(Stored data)
- Opening Delimiter -

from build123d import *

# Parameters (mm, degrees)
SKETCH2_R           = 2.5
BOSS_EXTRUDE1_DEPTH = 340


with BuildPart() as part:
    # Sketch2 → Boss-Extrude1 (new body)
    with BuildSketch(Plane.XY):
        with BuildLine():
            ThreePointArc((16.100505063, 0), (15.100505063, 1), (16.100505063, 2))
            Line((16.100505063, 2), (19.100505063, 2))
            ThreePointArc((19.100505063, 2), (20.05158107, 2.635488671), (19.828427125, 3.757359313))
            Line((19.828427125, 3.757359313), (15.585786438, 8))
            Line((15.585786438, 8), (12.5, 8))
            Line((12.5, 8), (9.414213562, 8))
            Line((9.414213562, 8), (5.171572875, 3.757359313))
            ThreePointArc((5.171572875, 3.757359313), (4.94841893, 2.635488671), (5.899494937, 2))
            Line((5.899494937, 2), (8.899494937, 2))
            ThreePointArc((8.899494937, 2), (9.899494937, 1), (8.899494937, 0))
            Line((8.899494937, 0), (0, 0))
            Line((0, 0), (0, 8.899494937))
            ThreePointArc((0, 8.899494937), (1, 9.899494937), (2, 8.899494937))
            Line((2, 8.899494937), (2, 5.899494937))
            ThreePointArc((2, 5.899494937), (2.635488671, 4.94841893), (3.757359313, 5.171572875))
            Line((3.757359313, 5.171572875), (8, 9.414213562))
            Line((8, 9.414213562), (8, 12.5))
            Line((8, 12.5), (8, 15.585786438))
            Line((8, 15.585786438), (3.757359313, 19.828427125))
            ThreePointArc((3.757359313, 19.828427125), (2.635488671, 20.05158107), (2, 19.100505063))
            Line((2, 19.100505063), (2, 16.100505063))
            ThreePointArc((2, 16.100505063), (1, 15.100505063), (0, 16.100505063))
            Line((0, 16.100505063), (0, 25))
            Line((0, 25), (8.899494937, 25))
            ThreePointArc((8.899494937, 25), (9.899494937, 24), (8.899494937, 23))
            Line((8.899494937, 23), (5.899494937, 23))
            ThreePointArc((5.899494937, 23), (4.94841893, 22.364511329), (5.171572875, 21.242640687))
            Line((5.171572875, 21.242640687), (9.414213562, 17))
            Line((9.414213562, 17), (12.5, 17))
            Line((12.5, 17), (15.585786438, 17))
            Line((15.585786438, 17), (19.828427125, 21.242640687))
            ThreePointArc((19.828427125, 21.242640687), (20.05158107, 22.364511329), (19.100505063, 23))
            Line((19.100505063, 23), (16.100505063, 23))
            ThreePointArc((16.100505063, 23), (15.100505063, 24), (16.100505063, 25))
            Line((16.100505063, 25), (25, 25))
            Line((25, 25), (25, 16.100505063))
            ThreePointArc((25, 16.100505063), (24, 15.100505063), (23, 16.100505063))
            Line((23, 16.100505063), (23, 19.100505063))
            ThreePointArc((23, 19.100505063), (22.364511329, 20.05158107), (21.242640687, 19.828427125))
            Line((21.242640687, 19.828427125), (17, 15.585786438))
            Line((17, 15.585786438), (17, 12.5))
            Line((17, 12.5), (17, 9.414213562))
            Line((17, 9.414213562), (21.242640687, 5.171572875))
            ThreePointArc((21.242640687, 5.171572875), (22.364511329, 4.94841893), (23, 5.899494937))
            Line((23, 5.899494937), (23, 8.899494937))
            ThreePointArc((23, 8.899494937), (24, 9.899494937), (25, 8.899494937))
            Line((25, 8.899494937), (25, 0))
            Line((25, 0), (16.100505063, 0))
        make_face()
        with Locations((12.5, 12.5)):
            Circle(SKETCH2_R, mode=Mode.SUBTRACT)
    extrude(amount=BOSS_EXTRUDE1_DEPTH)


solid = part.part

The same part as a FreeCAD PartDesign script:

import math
import FreeCAD as App
import Part
import Sketcher

doc = App.newDocument("Part")
body = doc.addObject("PartDesign::Body", "Body")

# Sketch on XY plane
sketch1 = body.newObject("Sketcher::SketchObject", "Sketch")
sketch1.AttachmentSupport = (doc.getObject("XY_Plane"), [""])
sketch1.MapMode = "FlatFace"
sketch1.addGeometry([
    Part.ArcOfCircle(Part.Circle(App.Vector(16.1, 1, 0), App.Vector(0, 0, 1), 1), math.radians(90), math.radians(270)),  # 0
    Part.LineSegment(App.Vector(16.1, 0, 0), App.Vector(25, 0, 0)),  # 1
    Part.LineSegment(App.Vector(25, 0, 0), App.Vector(25, 8.9, 0)),  # 2
    Part.ArcOfCircle(Part.Circle(App.Vector(24, 8.9, 0), App.Vector(0, 0, 1), 1), math.radians(0), math.radians(180)),  # 3
    Part.LineSegment(App.Vector(23, 8.9, 0), App.Vector(23, 5.9, 0)),  # 4
    Part.ArcOfCircle(Part.Circle(App.Vector(22, 5.9, 0), App.Vector(0, 0, 1), 1), math.radians(-135), math.radians(0)),  # 5
    Part.LineSegment(App.Vector(21.2, 5.2, 0), App.Vector(17, 9.4, 0)),  # 6
    Part.LineSegment(App.Vector(17, 9.4, 0), App.Vector(17, 15.6, 0)),  # 7
    Part.LineSegment(App.Vector(17, 15.6, 0), App.Vector(21.2, 19.8, 0)),  # 8
    Part.ArcOfCircle(Part.Circle(App.Vector(22, 19.1, 0), App.Vector(0, 0, 1), 1), math.radians(0), math.radians(135)),  # 9
    Part.LineSegment(App.Vector(23, 19.1, 0), App.Vector(23, 16.1, 0)),  # 10
    Part.ArcOfCircle(Part.Circle(App.Vector(24, 16.1, 0), App.Vector(0, 0, 1), 1), math.radians(180), math.radians(360)),  # 11
    Part.LineSegment(App.Vector(25, 16.1, 0), App.Vector(25, 25, 0)),  # 12
    Part.LineSegment(App.Vector(25, 25, 0), App.Vector(16.1, 25, 0)),  # 13
    Part.ArcOfCircle(Part.Circle(App.Vector(16.1, 24, 0), App.Vector(0, 0, 1), 1), math.radians(90), math.radians(270)),  # 14
    Part.LineSegment(App.Vector(16.1, 23, 0), App.Vector(19.1, 23, 0)),  # 15
    Part.ArcOfCircle(Part.Circle(App.Vector(19.1, 22, 0), App.Vector(0, 0, 1), 1), math.radians(-45), math.radians(90)),  # 16
    Part.LineSegment(App.Vector(19.8, 21.2, 0), App.Vector(15.6, 17, 0)),  # 17
    Part.LineSegment(App.Vector(15.6, 17, 0), App.Vector(9.4, 17, 0)),  # 18
    Part.LineSegment(App.Vector(9.4, 17, 0), App.Vector(5.2, 21.2, 0)),  # 19
    Part.ArcOfCircle(Part.Circle(App.Vector(5.9, 22, 0), App.Vector(0, 0, 1), 1), math.radians(90), math.radians(225)),  # 20
    Part.LineSegment(App.Vector(5.9, 23, 0), App.Vector(8.9, 23, 0)),  # 21
    Part.ArcOfCircle(Part.Circle(App.Vector(8.9, 24, 0), App.Vector(0, 0, 1), 1), math.radians(-90), math.radians(90)),  # 22
    Part.LineSegment(App.Vector(8.9, 25, 0), App.Vector(0, 25, 0)),  # 23
    Part.LineSegment(App.Vector(0, 25, 0), App.Vector(0, 16.1, 0)),  # 24
    Part.ArcOfCircle(Part.Circle(App.Vector(1, 16.1, 0), App.Vector(0, 0, 1), 1), math.radians(180), math.radians(360)),  # 25
    Part.LineSegment(App.Vector(2, 16.1, 0), App.Vector(2, 19.1, 0)),  # 26
    Part.ArcOfCircle(Part.Circle(App.Vector(3, 19.1, 0), App.Vector(0, 0, 1), 1), math.radians(45), math.radians(180)),  # 27
    Part.LineSegment(App.Vector(3.8, 19.8, 0), App.Vector(8, 15.6, 0)),  # 28
    Part.LineSegment(App.Vector(8, 15.6, 0), App.Vector(8, 9.4, 0)),  # 29
    Part.LineSegment(App.Vector(8, 9.4, 0), App.Vector(3.8, 5.2, 0)),  # 30
    Part.ArcOfCircle(Part.Circle(App.Vector(3, 5.9, 0), App.Vector(0, 0, 1), 1), math.radians(180), math.radians(315)),  # 31
    Part.LineSegment(App.Vector(2, 5.9, 0), App.Vector(2, 8.9, 0)),  # 32
    Part.ArcOfCircle(Part.Circle(App.Vector(1, 8.9, 0), App.Vector(0, 0, 1), 1), math.radians(0), math.radians(180)),  # 33
    Part.LineSegment(App.Vector(0, 8.9, 0), App.Vector(0, 0, 0)),  # 34
    Part.LineSegment(App.Vector(0, 0, 0), App.Vector(8.9, 0, 0)),  # 35
    Part.ArcOfCircle(Part.Circle(App.Vector(8.9, 1, 0), App.Vector(0, 0, 1), 1), math.radians(-90), math.radians(90)),  # 36
    Part.LineSegment(App.Vector(8.9, 2, 0), App.Vector(5.9, 2, 0)),  # 37
    Part.ArcOfCircle(Part.Circle(App.Vector(5.9, 3, 0), App.Vector(0, 0, 1), 1), math.radians(135), math.radians(270)),  # 38
    Part.LineSegment(App.Vector(5.2, 3.8, 0), App.Vector(9.4, 8, 0)),  # 39
    Part.LineSegment(App.Vector(9.4, 8, 0), App.Vector(15.6, 8, 0)),  # 40
    Part.LineSegment(App.Vector(15.6, 8, 0), App.Vector(19.8, 3.8, 0)),  # 41
    Part.ArcOfCircle(Part.Circle(App.Vector(19.1, 3, 0), App.Vector(0, 0, 1), 1), math.radians(-90), math.radians(45)),  # 42
    Part.LineSegment(App.Vector(19.1, 2, 0), App.Vector(16.1, 2, 0)),  # 43
    Part.Circle(App.Vector(12.5, 12.5, 0), App.Vector(0, 0, 1), 2.5),  # 44
], False)
sketch1.addConstraint([
    Sketcher.Constraint("Tangent", 0, 2, 1, 1),
    Sketcher.Constraint("Coincident", 1, 2, 2, 1),
    Sketcher.Constraint("Tangent", 2, 2, 3, 1),
    Sketcher.Constraint("Tangent", 3, 2, 4, 1),
    Sketcher.Constraint("Tangent", 4, 2, 5, 2),
    Sketcher.Constraint("Tangent", 5, 1, 6, 1),
    Sketcher.Constraint("Coincident", 6, 2, 7, 1),
    Sketcher.Constraint("Coincident", 7, 2, 8, 1),
    Sketcher.Constraint("Tangent", 8, 2, 9, 2),
    Sketcher.Constraint("Tangent", 9, 1, 10, 1),
    Sketcher.Constraint("Tangent", 10, 2, 11, 1),
    Sketcher.Constraint("Tangent", 11, 2, 12, 1),
    Sketcher.Constraint("Coincident", 12, 2, 13, 1),
    Sketcher.Constraint("Tangent", 13, 2, 14, 1),
    Sketcher.Constraint("Tangent", 14, 2, 15, 1),
    Sketcher.Constraint("Tangent", 15, 2, 16, 2),
    Sketcher.Constraint("Tangent", 16, 1, 17, 1),
    Sketcher.Constraint("Coincident", 17, 2, 18, 1),
    Sketcher.Constraint("Coincident", 18, 2, 19, 1),
    Sketcher.Constraint("Tangent", 19, 2, 20, 2),
    Sketcher.Constraint("Tangent", 20, 1, 21, 1),
    Sketcher.Constraint("Tangent", 21, 2, 22, 1),
    Sketcher.Constraint("Tangent", 22, 2, 23, 1),
    Sketcher.Constraint("Coincident", 23, 2, 24, 1),
    Sketcher.Constraint("Tangent", 24, 2, 25, 1),
    Sketcher.Constraint("Tangent", 25, 2, 26, 1),
    Sketcher.Constraint("Tangent", 26, 2, 27, 2),
    Sketcher.Constraint("Tangent", 27, 1, 28, 1),
    Sketcher.Constraint("Coincident", 28, 2, 29, 1),
    Sketcher.Constraint("Coincident", 29, 2, 30, 1),
    Sketcher.Constraint("Tangent", 30, 2, 31, 2),
    Sketcher.Constraint("Tangent", 31, 1, 32, 1),
    Sketcher.Constraint("Tangent", 32, 2, 33, 1),
    Sketcher.Constraint("Tangent", 33, 2, 34, 1),
    Sketcher.Constraint("Coincident", 34, 2, 35, 1),
    Sketcher.Constraint("Tangent", 35, 2, 36, 1),
    Sketcher.Constraint("Tangent", 36, 2, 37, 1),
    Sketcher.Constraint("Tangent", 37, 2, 38, 2),
    Sketcher.Constraint("Tangent", 38, 1, 39, 1),
    Sketcher.Constraint("Coincident", 39, 2, 40, 1),
    Sketcher.Constraint("Coincident", 40, 2, 41, 1),
    Sketcher.Constraint("Tangent", 41, 2, 42, 2),
    Sketcher.Constraint("Tangent", 42, 1, 43, 1),
    Sketcher.Constraint("Tangent", 43, 2, 0, 1),
    Sketcher.Constraint("Horizontal", 1),
    Sketcher.Constraint("Vertical", 2),
    Sketcher.Constraint("Vertical", 4),
    Sketcher.Constraint("Vertical", 7),
    Sketcher.Constraint("Vertical", 10),
    Sketcher.Constraint("Vertical", 12),
    Sketcher.Constraint("Horizontal", 13),
    Sketcher.Constraint("Horizontal", 15),
    Sketcher.Constraint("Horizontal", 18),
    Sketcher.Constraint("Horizontal", 21),
    Sketcher.Constraint("Horizontal", 23),
    Sketcher.Constraint("Vertical", 24),
    Sketcher.Constraint("Vertical", 26),
    Sketcher.Constraint("Vertical", 29),
    Sketcher.Constraint("Vertical", 32),
    Sketcher.Constraint("Vertical", 34),
    Sketcher.Constraint("Horizontal", 35),
    Sketcher.Constraint("Horizontal", 37),
    Sketcher.Constraint("Horizontal", 40),
    Sketcher.Constraint("Horizontal", 43),
    Sketcher.Constraint("Coincident", 34, 2, -1, 1),
    Sketcher.Constraint("Equal", 0, 3),
    Sketcher.Constraint("Equal", 5, 9),
    Sketcher.Constraint("Equal", 3, 11),
    Sketcher.Constraint("Equal", 11, 14),
    Sketcher.Constraint("Equal", 9, 16),
    Sketcher.Constraint("Equal", 16, 20),
    Sketcher.Constraint("Equal", 14, 22),
    Sketcher.Constraint("Equal", 22, 25),
    Sketcher.Constraint("Equal", 20, 27),
    Sketcher.Constraint("Equal", 27, 31),
    Sketcher.Constraint("Equal", 25, 33),
    Sketcher.Constraint("Equal", 33, 36),
    Sketcher.Constraint("Equal", 31, 38),
    Sketcher.Constraint("Equal", 38, 42),
    Sketcher.Constraint("PointOnObject", 0, 2, -1),
    Sketcher.Constraint("PointOnObject", 23, 2, -2),
    Sketcher.Constraint("Perpendicular", 6, 8),
    Sketcher.Constraint("Parallel", 8, 17),
    Sketcher.Constraint("Perpendicular", 17, 19),
    Sketcher.Constraint("Parallel", 19, 28),
    Sketcher.Constraint("Perpendicular", 28, 30),
    Sketcher.Constraint("Parallel", 30, 39),
    Sketcher.Constraint("Perpendicular", 39, 41),
    Sketcher.Constraint("Horizontal", 16, 3, 20, 3),
    Sketcher.Constraint("Horizontal", 11, 3, 25, 3),
    Sketcher.Constraint("Horizontal", 9, 3, 27, 3),
    Sketcher.Constraint("Horizontal", 5, 3, 31, 3),
    Sketcher.Constraint("Horizontal", 3, 3, 33, 3),
    Sketcher.Constraint("Horizontal", 16, 1, 19, 2),
    Sketcher.Constraint("Horizontal", 7, 2, 28, 2),
    Sketcher.Constraint("Horizontal", 6, 2, 29, 2),
    Sketcher.Constraint("Vertical", 0, 3, 14, 3),
    Sketcher.Constraint("Vertical", 22, 3, 36, 3),
    Sketcher.Constraint("Vertical", 20, 3, 38, 3),
    Sketcher.Constraint("Vertical", 16, 3, 42, 3),
    Sketcher.Constraint("Vertical", 18, 2, 39, 2),
    Sketcher.Constraint("Equal", 15, 21),
    Sketcher.Constraint("Equal", 13, 23),
    Sketcher.Constraint("Equal", 35, 2),
    Sketcher.Constraint("Equal", 43, 4),
    Sketcher.Constraint("Equal", 40, 7),
    Sketcher.Constraint("Equal", 4, 10),
    Sketcher.Constraint("Equal", 2, 12),
    Sketcher.Constraint("Equal", 8, 17),
    Sketcher.Constraint("Diameter", 44, 5.0),
    Sketcher.Constraint("Radius", 0, 1.0),
    Sketcher.Constraint("DistanceX", 15, 1, 15, 2, 3.0),
    Sketcher.Constraint("Distance", 6, 6.0),
    Sketcher.Constraint("DistanceX", -1, 1, 3, 3, 24.0),
    Sketcher.Constraint("DistanceX", -1, 1, 6, 2, 17.0),
    Sketcher.Constraint("DistanceX", -1, 1, 44, 3, 12.5),
    Sketcher.Constraint("DistanceY", -1, 1, 44, 3, 12.5),
    Sketcher.Constraint("DistanceX", 1, 1, 1, 2, 8.899495),
])
pad1 = body.newObject("PartDesign::Pad", "Pad")
pad1.Profile = sketch1
pad1.Length = 340

doc.recompute()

- Closing Delimiter -

_Problem to solve_:
Retype, exactly and in full, the lines above from the one containing "Line((5.899494937, 2), (8.899494937, 2))" through the one containing "4.94841893), (3.757359313, 5.171572875))".

_Solution_:
            Line((5.899494937, 2), (8.899494937, 2))
            ThreePointArc((8.899494937, 2), (9.899494937, 1), (8.899494937, 0))
            Line((8.899494937, 0), (0, 0))
            Line((0, 0), (0, 8.899494937))
            ThreePointArc((0, 8.899494937), (1, 9.899494937), (2, 8.899494937))
            Line((2, 8.899494937), (2, 5.899494937))
            ThreePointArc((2, 5.899494937), (2.635488671, 4.94841893), (3.757359313, 5.171572875))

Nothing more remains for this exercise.